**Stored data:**
┄┄┄┄┄┄┄┄┄┄┄┄┄┄┄┄┄┄┄┄
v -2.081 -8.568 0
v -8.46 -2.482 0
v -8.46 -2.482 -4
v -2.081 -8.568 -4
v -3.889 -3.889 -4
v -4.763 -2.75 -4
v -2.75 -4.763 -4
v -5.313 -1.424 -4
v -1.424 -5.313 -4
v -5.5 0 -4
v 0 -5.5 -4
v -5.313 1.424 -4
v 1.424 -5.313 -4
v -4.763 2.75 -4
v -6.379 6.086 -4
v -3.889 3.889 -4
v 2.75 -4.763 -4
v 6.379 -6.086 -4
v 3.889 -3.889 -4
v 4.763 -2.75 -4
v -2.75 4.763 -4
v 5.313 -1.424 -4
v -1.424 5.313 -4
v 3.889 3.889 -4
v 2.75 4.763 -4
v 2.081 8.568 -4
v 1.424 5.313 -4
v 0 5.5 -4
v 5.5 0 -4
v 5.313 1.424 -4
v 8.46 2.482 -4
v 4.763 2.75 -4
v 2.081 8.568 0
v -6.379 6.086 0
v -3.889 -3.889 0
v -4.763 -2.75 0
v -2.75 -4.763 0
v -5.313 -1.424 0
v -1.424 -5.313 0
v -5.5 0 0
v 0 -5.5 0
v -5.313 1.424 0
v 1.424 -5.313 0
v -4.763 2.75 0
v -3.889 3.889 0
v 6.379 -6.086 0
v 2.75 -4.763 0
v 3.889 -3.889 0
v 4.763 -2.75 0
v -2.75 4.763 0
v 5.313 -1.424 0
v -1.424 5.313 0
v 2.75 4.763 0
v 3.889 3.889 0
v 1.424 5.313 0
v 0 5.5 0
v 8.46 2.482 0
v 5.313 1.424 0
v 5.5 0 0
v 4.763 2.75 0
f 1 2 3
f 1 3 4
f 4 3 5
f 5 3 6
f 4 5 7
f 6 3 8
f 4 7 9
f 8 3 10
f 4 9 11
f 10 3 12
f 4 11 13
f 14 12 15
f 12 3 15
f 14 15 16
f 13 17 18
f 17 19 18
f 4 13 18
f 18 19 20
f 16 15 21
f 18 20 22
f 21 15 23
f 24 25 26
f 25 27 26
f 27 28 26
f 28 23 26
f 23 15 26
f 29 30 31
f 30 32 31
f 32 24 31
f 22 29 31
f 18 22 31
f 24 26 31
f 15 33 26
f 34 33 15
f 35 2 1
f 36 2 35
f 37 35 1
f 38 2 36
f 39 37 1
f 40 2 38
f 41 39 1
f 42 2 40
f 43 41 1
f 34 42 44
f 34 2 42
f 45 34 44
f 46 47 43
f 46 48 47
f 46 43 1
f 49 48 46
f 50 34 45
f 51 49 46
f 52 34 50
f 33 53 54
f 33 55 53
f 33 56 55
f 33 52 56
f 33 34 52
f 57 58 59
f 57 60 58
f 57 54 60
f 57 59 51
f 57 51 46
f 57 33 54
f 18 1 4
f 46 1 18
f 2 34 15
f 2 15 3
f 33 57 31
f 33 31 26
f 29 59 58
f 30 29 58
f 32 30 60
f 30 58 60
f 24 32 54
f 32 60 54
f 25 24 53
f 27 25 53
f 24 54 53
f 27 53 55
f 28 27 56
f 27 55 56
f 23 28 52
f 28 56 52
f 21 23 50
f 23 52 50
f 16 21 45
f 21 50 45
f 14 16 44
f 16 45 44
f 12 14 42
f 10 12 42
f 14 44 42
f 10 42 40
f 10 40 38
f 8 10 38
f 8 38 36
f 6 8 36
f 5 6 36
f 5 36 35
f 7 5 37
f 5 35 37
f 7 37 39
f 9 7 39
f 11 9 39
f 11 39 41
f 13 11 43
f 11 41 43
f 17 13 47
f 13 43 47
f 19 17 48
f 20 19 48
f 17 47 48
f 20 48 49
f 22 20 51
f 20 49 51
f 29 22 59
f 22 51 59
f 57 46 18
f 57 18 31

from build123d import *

# Parameters (mm, degrees)
CROQUIS1_R              = 5.5
SALIENTE_EXTRUIR1_DEPTH = 4


with BuildPart() as part:
    # Croquis1 → Saliente-Extruir1 (new body)
    with BuildSketch(Plane.XY):
        Polygon((2.080750103, 8.567708442), (-6.379478111, 6.085836669), (-8.460228214, -2.481871773), (-2.080750103, -8.567708442), (6.379478111, -6.085836669), (8.460228214, 2.481871773), align=None)
        Circle(CROQUIS1_R, mode=Mode.SUBTRACT)
    extrude(amount=-SALIENTE_EXTRUIR1_DEPTH)


solid = part.part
┄┄┄┄┄┄┄┄┄┄┄┄┄┄┄┄┄┄┄┄
**Exercise:**
A full, exact repeat of the entries above is required.

**Task result:**
v -2.081 -8.568 0
v -8.46 -2.482 0
v -8.46 -2.482 -4
v -2.081 -8.568 -4
v -3.889 -3.889 -4
v -4.763 -2.75 -4
v -2.75 -4.763 -4
v -5.313 -1.424 -4
v -1.424 -5.313 -4
v -5.5 0 -4
v 0 -5.5 -4
v -5.313 1.424 -4
v 1.424 -5.313 -4
v -4.763 2.75 -4
v -6.379 6.086 -4
v -3.889 3.889 -4
v 2.75 -4.763 -4
v 6.379 -6.086 -4
v 3.889 -3.889 -4
v 4.763 -2.75 -4
v -2.75 4.763 -4
v 5.313 -1.424 -4
v -1.424 5.313 -4
v 3.889 3.889 -4
v 2.75 4.763 -4
v 2.081 8.568 -4
v 1.424 5.313 -4
v 0 5.5 -4
v 5.5 0 -4
v 5.313 1.424 -4
v 8.46 2.482 -4
v 4.763 2.75 -4
v 2.081 8.568 0
v -6.379 6.086 0
v -3.889 -3.889 0
v -4.763 -2.75 0
v -2.75 -4.763 0
v -5.313 -1.424 0
v -1.424 -5.313 0
v -5.5 0 0
v 0 -5.5 0
v -5.313 1.424 0
v 1.424 -5.313 0
v -4.763 2.75 0
v -3.889 3.889 0
v 6.379 -6.086 0
v 2.75 -4.763 0
v 3.889 -3.889 0
v 4.763 -2.75 0
v -2.75 4.763 0
v 5.313 -1.424 0
v -1.424 5.313 0
v 2.75 4.763 0
v 3.889 3.889 0
v 1.424 5.313 0
v 0 5.5 0
v 8.46 2.482 0
v 5.313 1.424 0
v 5.5 0 0
v 4.763 2.75 0
f 1 2 3
f 1 3 4
f 4 3 5
f 5 3 6
f 4 5 7
f 6 3 8
f 4 7 9
f 8 3 10
f 4 9 11
f 10 3 12
f 4 11 13
f 14 12 15
f 12 3 15
f 14 15 16
f 13 17 18
f 17 19 18
f 4 13 18
f 18 19 20
f 16 15 21
f 18 20 22
f 21 15 23
f 24 25 26
f 25 27 26
f 27 28 26
f 28 23 26
f 23 15 26
f 29 30 31
f 30 32 31
f 32 24 31
f 22 29 31
f 18 22 31
f 24 26 31
f 15 33 26
f 34 33 15
f 35 2 1
f 36 2 35
f 37 35 1
f 38 2 36
f 39 37 1
f 40 2 38
f 41 39 1
f 42 2 40
f 43 41 1
f 34 42 44
f 34 2 42
f 45 34 44
f 46 47 43
f 46 48 47
f 46 43 1
f 49 48 46
f 50 34 45
f 51 49 46
f 52 34 50
f 33 53 54
f 33 55 53
f 33 56 55
f 33 52 56
f 33 34 52
f 57 58 59
f 57 60 58
f 57 54 60
f 57 59 51
f 57 51 46
f 57 33 54
f 18 1 4
f 46 1 18
f 2 34 15
f 2 15 3
f 33 57 31
f 33 31 26
f 29 59 58
f 30 29 58
f 32 30 60
f 30 58 60
f 24 32 54
f 32 60 54
f 25 24 53
f 27 25 53
f 24 54 53
f 27 53 55
f 28 27 56
f 27 55 56
f 23 28 52
f 28 56 52
f 21 23 50
f 23 52 50
f 16 21 45
f 21 50 45
f 14 16 44
f 16 45 44
f 12 14 42
f 10 12 42
f 14 44 42
f 10 42 40
f 10 40 38
f 8 10 38
f 8 38 36
f 6 8 36
f 5 6 36
f 5 36 35
f 7 5 37
f 5 35 37
f 7 37 39
f 9 7 39
f 11 9 39
f 11 39 41
f 13 11 43
f 11 41 43
f 17 13 47
f 13 43 47
f 19 17 48
f 20 19 48
f 17 47 48
f 20 48 49
f 22 20 51
f 20 49 51
f 29 22 59
f 22 51 59
f 57 46 18
f 57 18 31

from build123d import *

# Parameters (mm, degrees)
CROQUIS1_R              = 5.5
SALIENTE_EXTRUIR1_DEPTH = 4


with BuildPart() as part:
    # Croquis1 → Saliente-Extruir1 (new body)
    with BuildSketch(Plane.XY):
        Polygon((2.080750103, 8.567708442), (-6.379478111, 6.085836669), (-8.460228214, -2.481871773), (-2.080750103, -8.567708442), (6.379478111, -6.085836669), (8.460228214, 2.481871773), align=None)
        Circle(CROQUIS1_R, mode=Mode.SUBTRACT)
    extrude(amount=-SALIENTE_EXTRUIR1_DEPTH)


solid = part.part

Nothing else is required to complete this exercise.